Typedef struct pubsubPattern {redisClient * client; / / client robj * pattern; / / Mode} pubsubPattern for listening

When a user sends a message to a channel, it first looks for the channel in pubsub_channels in redis server, and then sends a message to its customer list. Then look for a matching pattern in the pubsub_patterns in redis server, and send a message to client. Duplicate customers are not removed here. Message may have been sent to a client in pubsub_channels, and then may be sent to the user again (or more) in pubsub_patterns. It is estimated that redis thinks this is the client's own problem, so it does not deal with it.
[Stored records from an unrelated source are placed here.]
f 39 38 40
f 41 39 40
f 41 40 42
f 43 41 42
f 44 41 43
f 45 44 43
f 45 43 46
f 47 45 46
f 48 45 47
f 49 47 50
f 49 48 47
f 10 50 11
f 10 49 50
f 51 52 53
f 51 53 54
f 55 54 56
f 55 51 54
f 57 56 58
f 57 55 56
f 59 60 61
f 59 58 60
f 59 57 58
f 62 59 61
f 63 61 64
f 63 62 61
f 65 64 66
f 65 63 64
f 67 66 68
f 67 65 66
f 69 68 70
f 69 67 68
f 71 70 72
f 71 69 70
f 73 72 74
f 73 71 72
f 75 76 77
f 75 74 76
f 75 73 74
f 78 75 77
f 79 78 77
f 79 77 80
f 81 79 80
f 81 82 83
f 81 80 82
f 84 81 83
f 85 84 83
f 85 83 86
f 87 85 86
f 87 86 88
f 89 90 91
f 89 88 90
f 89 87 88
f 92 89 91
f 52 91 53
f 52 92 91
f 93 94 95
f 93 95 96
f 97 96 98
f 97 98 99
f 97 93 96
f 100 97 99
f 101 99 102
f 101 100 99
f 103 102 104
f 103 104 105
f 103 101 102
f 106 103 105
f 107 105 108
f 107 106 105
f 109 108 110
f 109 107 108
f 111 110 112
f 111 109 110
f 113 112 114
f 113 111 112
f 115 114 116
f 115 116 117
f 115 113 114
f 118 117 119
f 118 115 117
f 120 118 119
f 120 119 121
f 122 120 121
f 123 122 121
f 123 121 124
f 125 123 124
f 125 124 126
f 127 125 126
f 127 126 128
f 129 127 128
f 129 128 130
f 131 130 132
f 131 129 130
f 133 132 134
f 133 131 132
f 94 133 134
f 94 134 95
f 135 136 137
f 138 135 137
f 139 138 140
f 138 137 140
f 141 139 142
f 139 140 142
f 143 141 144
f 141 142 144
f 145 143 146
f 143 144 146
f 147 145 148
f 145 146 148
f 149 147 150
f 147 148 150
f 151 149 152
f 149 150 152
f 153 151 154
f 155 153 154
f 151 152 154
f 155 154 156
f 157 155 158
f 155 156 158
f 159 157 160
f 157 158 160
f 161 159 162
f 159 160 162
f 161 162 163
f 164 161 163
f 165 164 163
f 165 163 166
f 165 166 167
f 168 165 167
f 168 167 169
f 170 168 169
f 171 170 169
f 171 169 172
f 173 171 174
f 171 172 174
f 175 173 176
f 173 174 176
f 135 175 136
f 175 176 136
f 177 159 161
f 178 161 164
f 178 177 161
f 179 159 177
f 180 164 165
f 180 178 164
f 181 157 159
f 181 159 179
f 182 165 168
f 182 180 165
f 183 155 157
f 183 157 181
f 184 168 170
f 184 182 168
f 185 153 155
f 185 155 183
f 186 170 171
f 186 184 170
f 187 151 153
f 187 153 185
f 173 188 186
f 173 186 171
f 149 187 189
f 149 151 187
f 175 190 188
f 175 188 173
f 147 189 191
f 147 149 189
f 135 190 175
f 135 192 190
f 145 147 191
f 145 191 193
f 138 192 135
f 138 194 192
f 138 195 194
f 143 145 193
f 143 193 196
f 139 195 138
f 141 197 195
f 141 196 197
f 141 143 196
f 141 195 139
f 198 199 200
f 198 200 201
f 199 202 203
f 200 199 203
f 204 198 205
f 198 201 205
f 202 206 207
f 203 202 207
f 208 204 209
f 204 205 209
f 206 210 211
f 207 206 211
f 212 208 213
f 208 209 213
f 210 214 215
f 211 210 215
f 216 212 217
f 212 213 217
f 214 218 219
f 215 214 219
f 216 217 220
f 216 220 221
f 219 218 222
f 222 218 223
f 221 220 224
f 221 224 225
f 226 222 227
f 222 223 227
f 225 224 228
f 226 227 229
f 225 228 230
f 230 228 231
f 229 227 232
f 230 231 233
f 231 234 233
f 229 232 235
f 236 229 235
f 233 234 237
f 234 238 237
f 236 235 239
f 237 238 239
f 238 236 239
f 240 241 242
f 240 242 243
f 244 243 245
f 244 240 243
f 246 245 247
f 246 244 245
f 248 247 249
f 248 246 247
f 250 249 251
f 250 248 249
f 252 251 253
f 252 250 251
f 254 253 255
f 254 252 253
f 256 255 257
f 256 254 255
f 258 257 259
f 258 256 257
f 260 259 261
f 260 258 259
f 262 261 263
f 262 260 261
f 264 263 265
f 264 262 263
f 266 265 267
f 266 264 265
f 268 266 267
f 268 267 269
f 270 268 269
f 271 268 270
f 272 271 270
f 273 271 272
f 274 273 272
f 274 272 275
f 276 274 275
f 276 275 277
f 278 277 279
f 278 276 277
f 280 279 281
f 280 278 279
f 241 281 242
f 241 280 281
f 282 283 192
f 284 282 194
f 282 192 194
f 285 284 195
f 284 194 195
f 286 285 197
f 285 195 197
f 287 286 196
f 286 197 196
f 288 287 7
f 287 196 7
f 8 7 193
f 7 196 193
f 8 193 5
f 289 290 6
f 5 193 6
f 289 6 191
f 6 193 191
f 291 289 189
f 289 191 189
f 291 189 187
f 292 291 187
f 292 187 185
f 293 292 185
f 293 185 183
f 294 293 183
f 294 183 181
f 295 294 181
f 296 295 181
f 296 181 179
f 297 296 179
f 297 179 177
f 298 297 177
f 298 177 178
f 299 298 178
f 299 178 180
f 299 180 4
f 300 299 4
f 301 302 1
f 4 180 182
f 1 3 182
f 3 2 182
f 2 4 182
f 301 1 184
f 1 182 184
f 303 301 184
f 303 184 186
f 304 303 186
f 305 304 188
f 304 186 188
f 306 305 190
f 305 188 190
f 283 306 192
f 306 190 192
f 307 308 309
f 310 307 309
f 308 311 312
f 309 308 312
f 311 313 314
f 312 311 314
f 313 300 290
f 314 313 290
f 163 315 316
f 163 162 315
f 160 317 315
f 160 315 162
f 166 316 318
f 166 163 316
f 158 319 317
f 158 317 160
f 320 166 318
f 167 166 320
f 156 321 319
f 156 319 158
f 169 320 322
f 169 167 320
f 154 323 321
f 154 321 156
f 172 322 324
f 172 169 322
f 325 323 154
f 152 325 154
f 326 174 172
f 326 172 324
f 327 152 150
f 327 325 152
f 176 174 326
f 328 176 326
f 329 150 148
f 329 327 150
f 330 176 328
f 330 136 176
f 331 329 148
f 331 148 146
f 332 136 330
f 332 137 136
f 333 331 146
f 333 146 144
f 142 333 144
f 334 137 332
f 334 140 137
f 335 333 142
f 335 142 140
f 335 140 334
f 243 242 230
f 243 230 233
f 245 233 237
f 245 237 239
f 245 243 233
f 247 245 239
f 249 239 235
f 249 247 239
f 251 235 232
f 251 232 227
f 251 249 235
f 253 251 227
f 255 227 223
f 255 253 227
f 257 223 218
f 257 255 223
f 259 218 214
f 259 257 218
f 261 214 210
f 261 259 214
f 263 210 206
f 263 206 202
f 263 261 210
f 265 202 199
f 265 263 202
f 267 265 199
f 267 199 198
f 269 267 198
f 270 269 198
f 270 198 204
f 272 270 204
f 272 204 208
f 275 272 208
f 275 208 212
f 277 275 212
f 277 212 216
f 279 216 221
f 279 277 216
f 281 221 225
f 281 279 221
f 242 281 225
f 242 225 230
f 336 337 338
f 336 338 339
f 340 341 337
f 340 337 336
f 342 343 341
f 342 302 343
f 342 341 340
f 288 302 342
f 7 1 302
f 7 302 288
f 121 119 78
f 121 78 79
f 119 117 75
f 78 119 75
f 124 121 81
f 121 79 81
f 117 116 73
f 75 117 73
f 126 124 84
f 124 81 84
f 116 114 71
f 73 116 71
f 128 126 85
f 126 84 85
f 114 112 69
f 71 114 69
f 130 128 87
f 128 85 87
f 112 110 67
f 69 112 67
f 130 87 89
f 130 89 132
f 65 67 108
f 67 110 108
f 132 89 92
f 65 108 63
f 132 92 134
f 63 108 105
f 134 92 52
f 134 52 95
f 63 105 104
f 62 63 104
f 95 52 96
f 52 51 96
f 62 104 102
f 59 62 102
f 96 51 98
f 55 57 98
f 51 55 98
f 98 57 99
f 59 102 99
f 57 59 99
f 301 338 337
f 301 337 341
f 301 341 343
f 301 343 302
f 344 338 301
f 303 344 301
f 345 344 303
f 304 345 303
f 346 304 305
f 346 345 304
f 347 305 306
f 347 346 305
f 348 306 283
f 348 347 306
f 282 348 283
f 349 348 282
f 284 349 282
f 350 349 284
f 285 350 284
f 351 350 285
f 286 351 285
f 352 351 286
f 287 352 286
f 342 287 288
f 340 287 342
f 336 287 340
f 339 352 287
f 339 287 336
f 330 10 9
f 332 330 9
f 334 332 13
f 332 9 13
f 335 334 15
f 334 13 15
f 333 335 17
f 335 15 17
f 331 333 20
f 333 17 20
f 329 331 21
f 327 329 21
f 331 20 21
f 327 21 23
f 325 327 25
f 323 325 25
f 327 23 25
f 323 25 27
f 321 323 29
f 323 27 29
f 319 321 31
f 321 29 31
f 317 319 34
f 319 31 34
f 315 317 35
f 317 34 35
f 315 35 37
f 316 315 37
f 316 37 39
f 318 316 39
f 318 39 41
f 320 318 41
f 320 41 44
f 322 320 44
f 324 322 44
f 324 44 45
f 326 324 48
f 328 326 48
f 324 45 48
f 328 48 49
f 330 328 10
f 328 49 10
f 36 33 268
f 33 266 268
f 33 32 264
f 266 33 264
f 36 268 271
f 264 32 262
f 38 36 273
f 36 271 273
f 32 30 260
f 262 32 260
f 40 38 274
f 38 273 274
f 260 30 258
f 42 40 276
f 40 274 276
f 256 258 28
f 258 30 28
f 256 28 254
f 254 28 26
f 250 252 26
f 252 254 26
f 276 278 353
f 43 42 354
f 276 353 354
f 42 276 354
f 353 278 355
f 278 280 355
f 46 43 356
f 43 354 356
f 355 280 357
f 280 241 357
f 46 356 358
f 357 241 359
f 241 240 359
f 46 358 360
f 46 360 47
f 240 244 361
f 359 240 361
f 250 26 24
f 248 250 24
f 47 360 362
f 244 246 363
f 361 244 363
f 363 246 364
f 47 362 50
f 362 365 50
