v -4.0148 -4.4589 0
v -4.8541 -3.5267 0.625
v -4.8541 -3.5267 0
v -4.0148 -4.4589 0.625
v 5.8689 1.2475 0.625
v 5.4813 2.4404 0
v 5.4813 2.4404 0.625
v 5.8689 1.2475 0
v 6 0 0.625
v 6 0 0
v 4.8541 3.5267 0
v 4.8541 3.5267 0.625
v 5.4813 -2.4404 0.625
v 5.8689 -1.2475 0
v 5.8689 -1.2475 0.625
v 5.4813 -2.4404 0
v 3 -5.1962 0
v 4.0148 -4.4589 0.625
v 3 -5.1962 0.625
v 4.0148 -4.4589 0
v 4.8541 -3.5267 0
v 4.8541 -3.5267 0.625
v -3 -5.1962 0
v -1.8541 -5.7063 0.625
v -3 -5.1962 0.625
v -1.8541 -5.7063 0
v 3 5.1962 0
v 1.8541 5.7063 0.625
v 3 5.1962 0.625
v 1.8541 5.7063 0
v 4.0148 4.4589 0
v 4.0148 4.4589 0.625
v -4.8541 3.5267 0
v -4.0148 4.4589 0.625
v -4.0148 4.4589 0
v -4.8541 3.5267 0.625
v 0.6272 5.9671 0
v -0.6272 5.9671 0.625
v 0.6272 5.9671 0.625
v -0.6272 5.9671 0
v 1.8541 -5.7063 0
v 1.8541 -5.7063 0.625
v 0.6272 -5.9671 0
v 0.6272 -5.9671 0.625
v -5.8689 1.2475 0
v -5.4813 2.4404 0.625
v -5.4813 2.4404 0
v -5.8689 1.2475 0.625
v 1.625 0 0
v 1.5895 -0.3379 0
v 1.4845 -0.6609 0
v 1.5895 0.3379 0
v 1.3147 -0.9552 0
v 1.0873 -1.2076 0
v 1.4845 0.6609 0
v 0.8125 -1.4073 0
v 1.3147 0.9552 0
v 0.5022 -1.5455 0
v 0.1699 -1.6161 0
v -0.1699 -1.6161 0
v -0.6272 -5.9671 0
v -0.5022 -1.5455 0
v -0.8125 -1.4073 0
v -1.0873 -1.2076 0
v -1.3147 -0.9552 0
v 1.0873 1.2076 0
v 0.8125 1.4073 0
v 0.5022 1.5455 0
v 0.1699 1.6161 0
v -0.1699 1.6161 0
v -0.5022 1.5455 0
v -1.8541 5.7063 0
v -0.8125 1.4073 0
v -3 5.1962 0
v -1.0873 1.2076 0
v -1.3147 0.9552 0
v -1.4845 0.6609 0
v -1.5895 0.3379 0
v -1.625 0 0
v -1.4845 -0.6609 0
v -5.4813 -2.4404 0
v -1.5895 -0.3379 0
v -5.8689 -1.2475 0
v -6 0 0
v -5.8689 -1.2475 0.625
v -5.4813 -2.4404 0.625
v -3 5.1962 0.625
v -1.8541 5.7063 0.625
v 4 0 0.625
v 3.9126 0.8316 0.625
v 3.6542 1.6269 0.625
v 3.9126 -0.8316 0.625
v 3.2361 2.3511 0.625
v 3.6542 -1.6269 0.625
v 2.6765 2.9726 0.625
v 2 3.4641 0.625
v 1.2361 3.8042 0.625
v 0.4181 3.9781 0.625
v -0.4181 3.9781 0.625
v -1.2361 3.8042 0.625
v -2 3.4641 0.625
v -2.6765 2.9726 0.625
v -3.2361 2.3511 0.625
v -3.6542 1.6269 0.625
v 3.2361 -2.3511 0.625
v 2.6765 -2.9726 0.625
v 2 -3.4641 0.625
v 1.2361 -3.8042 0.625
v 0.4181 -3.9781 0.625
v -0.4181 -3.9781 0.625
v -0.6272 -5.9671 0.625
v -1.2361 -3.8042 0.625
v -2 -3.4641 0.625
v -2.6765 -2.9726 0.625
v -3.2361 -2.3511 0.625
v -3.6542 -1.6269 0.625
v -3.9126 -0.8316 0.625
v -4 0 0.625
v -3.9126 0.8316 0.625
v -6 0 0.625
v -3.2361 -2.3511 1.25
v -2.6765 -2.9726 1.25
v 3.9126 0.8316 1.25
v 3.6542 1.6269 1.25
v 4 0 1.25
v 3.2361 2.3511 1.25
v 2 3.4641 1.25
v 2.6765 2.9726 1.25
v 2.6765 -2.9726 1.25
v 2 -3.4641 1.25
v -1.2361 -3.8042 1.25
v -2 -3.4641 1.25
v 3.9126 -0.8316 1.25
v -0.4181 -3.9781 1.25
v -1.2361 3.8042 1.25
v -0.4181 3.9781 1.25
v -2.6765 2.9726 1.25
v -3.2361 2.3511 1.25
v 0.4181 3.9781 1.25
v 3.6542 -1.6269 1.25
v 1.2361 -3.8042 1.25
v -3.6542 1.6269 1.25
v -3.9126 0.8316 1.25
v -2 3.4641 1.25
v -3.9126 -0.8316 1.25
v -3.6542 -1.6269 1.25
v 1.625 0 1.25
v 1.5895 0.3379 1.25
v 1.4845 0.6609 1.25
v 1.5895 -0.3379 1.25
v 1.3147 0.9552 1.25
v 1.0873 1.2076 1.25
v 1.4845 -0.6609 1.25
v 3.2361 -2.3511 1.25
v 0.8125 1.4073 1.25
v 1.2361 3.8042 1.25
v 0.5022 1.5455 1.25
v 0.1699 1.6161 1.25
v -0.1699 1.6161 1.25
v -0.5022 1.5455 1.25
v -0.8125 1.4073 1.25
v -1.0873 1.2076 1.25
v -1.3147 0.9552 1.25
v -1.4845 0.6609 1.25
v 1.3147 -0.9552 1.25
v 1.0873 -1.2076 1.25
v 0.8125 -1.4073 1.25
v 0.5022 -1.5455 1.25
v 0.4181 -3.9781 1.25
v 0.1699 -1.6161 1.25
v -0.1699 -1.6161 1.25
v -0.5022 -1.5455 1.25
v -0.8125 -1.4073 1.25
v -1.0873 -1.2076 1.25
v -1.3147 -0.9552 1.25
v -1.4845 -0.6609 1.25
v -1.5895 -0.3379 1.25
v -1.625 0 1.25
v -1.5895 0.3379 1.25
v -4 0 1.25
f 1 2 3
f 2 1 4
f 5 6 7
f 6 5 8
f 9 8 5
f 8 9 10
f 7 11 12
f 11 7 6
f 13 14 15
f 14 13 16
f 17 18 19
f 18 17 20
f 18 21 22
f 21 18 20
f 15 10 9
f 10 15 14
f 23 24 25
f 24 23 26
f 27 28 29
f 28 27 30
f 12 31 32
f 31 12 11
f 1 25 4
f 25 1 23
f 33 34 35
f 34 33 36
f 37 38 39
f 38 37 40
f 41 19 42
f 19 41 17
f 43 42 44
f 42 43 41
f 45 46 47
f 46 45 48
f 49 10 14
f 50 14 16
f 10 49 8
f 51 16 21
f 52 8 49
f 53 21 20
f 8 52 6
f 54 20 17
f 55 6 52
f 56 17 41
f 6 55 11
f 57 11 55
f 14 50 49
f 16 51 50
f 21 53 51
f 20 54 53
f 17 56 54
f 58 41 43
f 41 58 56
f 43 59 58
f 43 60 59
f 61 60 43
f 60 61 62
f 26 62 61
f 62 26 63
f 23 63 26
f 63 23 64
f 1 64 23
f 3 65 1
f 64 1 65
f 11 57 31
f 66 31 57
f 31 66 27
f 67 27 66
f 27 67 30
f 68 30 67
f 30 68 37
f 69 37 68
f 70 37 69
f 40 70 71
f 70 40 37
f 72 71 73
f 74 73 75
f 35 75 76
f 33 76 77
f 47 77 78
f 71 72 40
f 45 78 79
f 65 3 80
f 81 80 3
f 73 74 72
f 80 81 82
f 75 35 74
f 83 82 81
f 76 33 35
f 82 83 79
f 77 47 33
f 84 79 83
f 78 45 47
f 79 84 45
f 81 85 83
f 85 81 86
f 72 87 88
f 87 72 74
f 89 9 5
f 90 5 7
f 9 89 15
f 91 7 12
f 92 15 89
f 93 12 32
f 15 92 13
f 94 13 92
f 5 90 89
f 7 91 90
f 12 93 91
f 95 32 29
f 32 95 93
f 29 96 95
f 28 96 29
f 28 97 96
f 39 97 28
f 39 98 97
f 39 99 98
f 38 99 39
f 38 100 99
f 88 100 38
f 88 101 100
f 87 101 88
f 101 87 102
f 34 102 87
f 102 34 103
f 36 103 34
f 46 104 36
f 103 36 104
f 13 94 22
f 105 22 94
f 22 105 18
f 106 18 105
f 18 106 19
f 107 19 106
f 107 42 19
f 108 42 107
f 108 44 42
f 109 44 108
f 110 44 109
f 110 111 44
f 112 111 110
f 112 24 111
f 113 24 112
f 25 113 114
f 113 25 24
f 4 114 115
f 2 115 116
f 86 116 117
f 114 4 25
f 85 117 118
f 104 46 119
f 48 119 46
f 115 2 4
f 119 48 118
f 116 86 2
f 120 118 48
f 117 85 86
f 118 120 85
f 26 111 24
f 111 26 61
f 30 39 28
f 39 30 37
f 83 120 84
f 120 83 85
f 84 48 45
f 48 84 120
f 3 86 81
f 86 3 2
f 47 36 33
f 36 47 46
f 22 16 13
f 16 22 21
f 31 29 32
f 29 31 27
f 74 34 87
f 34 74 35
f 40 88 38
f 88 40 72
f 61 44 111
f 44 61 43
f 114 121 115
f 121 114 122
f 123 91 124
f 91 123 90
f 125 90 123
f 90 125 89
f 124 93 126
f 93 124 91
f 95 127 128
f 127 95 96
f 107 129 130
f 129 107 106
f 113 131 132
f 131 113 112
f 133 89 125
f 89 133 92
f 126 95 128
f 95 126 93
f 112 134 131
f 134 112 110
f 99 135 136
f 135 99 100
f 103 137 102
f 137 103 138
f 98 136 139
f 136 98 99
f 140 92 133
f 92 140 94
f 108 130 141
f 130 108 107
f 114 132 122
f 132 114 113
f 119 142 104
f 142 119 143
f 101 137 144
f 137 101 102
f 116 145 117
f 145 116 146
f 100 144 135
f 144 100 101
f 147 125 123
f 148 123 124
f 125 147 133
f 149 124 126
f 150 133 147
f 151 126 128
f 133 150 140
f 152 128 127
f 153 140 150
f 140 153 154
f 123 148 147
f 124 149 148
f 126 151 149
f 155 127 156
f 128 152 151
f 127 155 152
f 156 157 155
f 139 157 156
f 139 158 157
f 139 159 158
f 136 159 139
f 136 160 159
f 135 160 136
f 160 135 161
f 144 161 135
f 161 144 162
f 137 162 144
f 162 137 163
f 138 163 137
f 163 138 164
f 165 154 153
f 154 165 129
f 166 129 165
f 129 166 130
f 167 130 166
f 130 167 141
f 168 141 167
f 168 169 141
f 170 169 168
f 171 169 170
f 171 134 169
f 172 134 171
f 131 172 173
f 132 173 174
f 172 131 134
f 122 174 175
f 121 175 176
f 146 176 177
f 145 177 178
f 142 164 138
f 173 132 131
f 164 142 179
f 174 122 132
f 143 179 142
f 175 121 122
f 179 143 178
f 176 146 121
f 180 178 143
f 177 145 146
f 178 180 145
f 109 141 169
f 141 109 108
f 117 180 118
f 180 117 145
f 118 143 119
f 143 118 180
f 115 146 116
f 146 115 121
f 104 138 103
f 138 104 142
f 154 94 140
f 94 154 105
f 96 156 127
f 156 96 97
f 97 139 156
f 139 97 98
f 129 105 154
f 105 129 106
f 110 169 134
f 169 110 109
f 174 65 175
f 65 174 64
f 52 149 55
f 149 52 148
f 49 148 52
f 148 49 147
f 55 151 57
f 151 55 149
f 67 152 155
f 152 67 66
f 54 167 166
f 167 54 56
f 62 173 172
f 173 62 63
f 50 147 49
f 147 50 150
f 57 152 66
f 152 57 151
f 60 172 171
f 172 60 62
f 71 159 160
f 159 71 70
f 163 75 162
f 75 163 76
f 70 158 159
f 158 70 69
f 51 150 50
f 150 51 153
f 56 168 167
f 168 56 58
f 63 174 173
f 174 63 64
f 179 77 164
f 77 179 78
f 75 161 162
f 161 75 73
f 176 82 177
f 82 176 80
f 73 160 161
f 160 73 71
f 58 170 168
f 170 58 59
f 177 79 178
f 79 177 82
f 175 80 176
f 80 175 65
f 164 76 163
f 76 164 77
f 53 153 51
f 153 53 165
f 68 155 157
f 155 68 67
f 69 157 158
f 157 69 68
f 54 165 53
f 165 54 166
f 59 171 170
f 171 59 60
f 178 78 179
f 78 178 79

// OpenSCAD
// file: axle.scad
include <../settings.scad>;

module make_axle_a(){

    h = track_wheel_width/2 - 0.2;

    difference(){
        union(){
            // main body
            // this should be slightly smaller than the hole on the idler wheel
            cylinder(
                d=track_wheel_hole_radius*2-2,
                h=h-motor_bearing_thickness);
            
            // nub sticking out to center the bearing
            // this should be slightly smaller than the hole on the bearing
            cylinder(d=track_axle_bearing_diameter-0.2, h=h);
        }
        // axle hole
        cylinder(
            d=screw_thread_diameter+tolerance*1.5,
            h=track_wheel_gap*2, center=true);
    }
}

module make_axle_b(){

    h = track_wheel_width_buffer;

    difference(){
        union(){
            // main body
            // this should be slightly larger than the hole on the idler wheel
            cylinder(
                d=track_wheel_hole_radius*2+2,
                h=h/2);
            
            // nub sticking out to center the bearing
            // this should be slightly smaller than the hole on the idler wheel
            cylinder(
                d=track_wheel_hole_radius*2-2,
                h=h);
        }
        // axle hole
        cylinder(
            d=screw_thread_diameter+tolerance*1.5,
            h=track_wheel_gap*2, center=true);
    }
}


make_axle_a();

//translate([0,15,0]) make_axle_b();
// file: ../settings.scad
// Common settings used by all scad files.

// ALL UNITS IN MILLIMETERS (MM)!!!

$fn = 30;//low-res but fast to render
//$fn = 50;//higher-res but slow to render

pi = 3.1415926535897932384626433832795;

max_footprint = 150; // 15x15 cm

bottom_clearance = 10;
bottom_clearance = 25.4/2+10;
//bottom_clearance = 30;

shell_alpha = 0.215;
//shell_alpha = 1.0;

tolerance = 0.5;

// Flat countersunk M2.5mm x 0.45mm machine screw.
screw_thread_diameter = 2.5;//2.8;//2.75;//2.4?
screw_thread_length = 5;//?
screw_head_diameter = 4.75; // M2.5
//screw_head_diameter = 5.2; // M3
screw_head_height = 1.5;//2;

screw_thread_diameter2 = 2;

unit_thickness = 5;
u = unit_thickness;

shell_thickness = unit_thickness;

// Show flags.
show_platform = 0;
show_head = 1;
show_head_shell = 0;
show_head_electronics_bb = 0;
show_battery = 1;
show_foot_cube = 0;
show_torso = 0;
show_motor = 0;
show_motor_plates = 1;
show_motor_inner_plates = 1;
show_motor_outer_plates = 1;
show_wheel = 0;//obsolete
show_tracks = 1;//
show_track_wheels = 1;
show_caster = 0;
show_rpi = 1;
show_vertical_plates = 1;//
show_horizontal_plates = 1;//
show_caster_plates = 0;//obsolete?
show_camera = 1;
show_screen = 0;
show_edge_mount = 1;
show_sonar_mount = 1;
show_recharge_mount = 1;
show_conduit = 1;
show_torso_shell = 1;
show_recharge_dock = 0;
show_head_tilt_axis = 0;
show_rpi_camera_axis = 0;
show_laser_axis = 0;

head_vertical_angle_tilt = 0;
//head_vertical_angle_tilt = 30;//max
//head_vertical_angle_tilt = 10;

torso_height = 120+20;

base_plate_diameter = max_footprint-unit_thickness*2;
base_plate_frame = 0;

head_height = 50;
head_offset_z = max_footprint/2;
head_middle_cutout = 85;

rpi_with_four_hats_and_clearance = 76;

qrd1114_w = 6.10;
qrd1114_l = 4.39;
qrd1114_h = 4.65;

dock_radius = 10;
dock_gripper_border = 2;
dock_gripper_instep = 0.9;
dock_gripper_cutout_tapper = 50;
dock_receiver_height = 5;

// Patriod Fuel+ 9000 mAh
battery_length = 90;
battery_width = 57;
battery_height = 23;
battery_offset_z = 30;//4;

wheel_diameter = 50;
wheel_offset_x = 65;
wheel_offset_z = wheel_diameter/2;
wheel_axle_diameter = 5;

//caster_diameter = 19.05; // 0.75 inches
caster_diameter = 25.45; // 1 inches
//caster_diameter = 15.875; // 5/8 inches
caster_holder_diameter = 30;//31;
caster_offset_y = base_plate_diameter/2 - caster_holder_diameter/2;

arduino_offset_x = 0;
arduino_offset_y = 0;
arduino_offset_z = 67;
arduino_offset_x2 = 0;
arduino_offset_y2 = -20;
arduino_offset_z2 = torso_height+bottom_clearance;

horizontal_plate_width = unit_thickness*8*2 - unit_thickness*2;
horizontal_plate_depth = unit_thickness*8*2;

vertical_plate_width = horizontal_plate_depth;
vertical_plate_height = unit_thickness*8;
vertical_plate_offset_x = wheel_offset_x-22.5;
vertical_plate_offset_z = vertical_plate_height/2 + unit_thickness/2;

vertical_battery_plate_height = 100 - 15;

caster_plate_width = horizontal_plate_width + unit_thickness*2;
caster_plate_mount_length = unit_thickness*4;
caster_plate_width_minor = caster_holder_diameter;

motor_switch_length = 20;
motor_switch_thickness = 6.5;
motor_switch_height = 11;
motor_switch_height_leads = 23;
motor_switch_on_height =  13.3;
motor_switch_hole_diameter = 2.5;
motor_switch_hole_offset_z = 6.5;//this plus diameter/2 is hole center from switch top
motor_switch_hole_spacing = 7.1;// holes are diameter/2 from this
/ * Publish a message * / int pubsubPublishMessage (robj * channel, robj * message) {int receivers = 0; dictEntry * de; listNode * ln; listIter li;/* Send to clients listening for that channel * / de = dictFind (server.pubsub_channels,channel); if (de) {list * list = dictGetVal (de); listNode * ln; listIter li; listRewind (list,&li) While ((ln = listNext (& li))! = NULL) {redisClient * c = ln- > value; addReply (cMagneShared.mbulkhdr [3]); addReply (cMagneShared.messagebulk); addReplyBulk (cMagna channel); addReplyBulk (cMagnum message); receivers++ }} / * Send to clients listening to matching channels * / if (listLength (server.pubsub_patterns)) {listRewind (server.pubsub_patterns,&li); channel = getDecodedObject (channel); while ((ln = listNext (& li))! = NULL) {pubsubPattern * pat = ln- > value If (stringmatchlen ((char*) pat- > pattern- > ptr, sdslen (pat- > pattern- > ptr), (char*) channel- > ptr, sdslen (channel- > ptr), 0) {addReply (pat- > client,shared.mbulkhdr [4]) AddReply (pat- > client,shared.pmessagebulk); addReplyBulk (pat- > client,pat- > pattern); addReplyBulk (pat- > client,channel); addReplyBulk (pat- > client,message); receivers++;}} decrRefCount (channel);} return receivers;} VI. Summary

Generally speaking, redis has many more functions and more complex implementation than memcached. However, memcached is more focused on preserving key-value data (which is enough for most usage scenarios), while redis provides richer data structures and other functions. It can't be said that redis is better than memcached, but from a source reading point of view, redis may be a little more valuable. In addition, redis3.0 supports the cluster function, this part of the code has not been studied, we will follow up later.

After reading this article, I believe you have a certain understanding of the difference between Redis and Memcached, want to know more about it, welcome to follow the industry information channel, thank you for reading!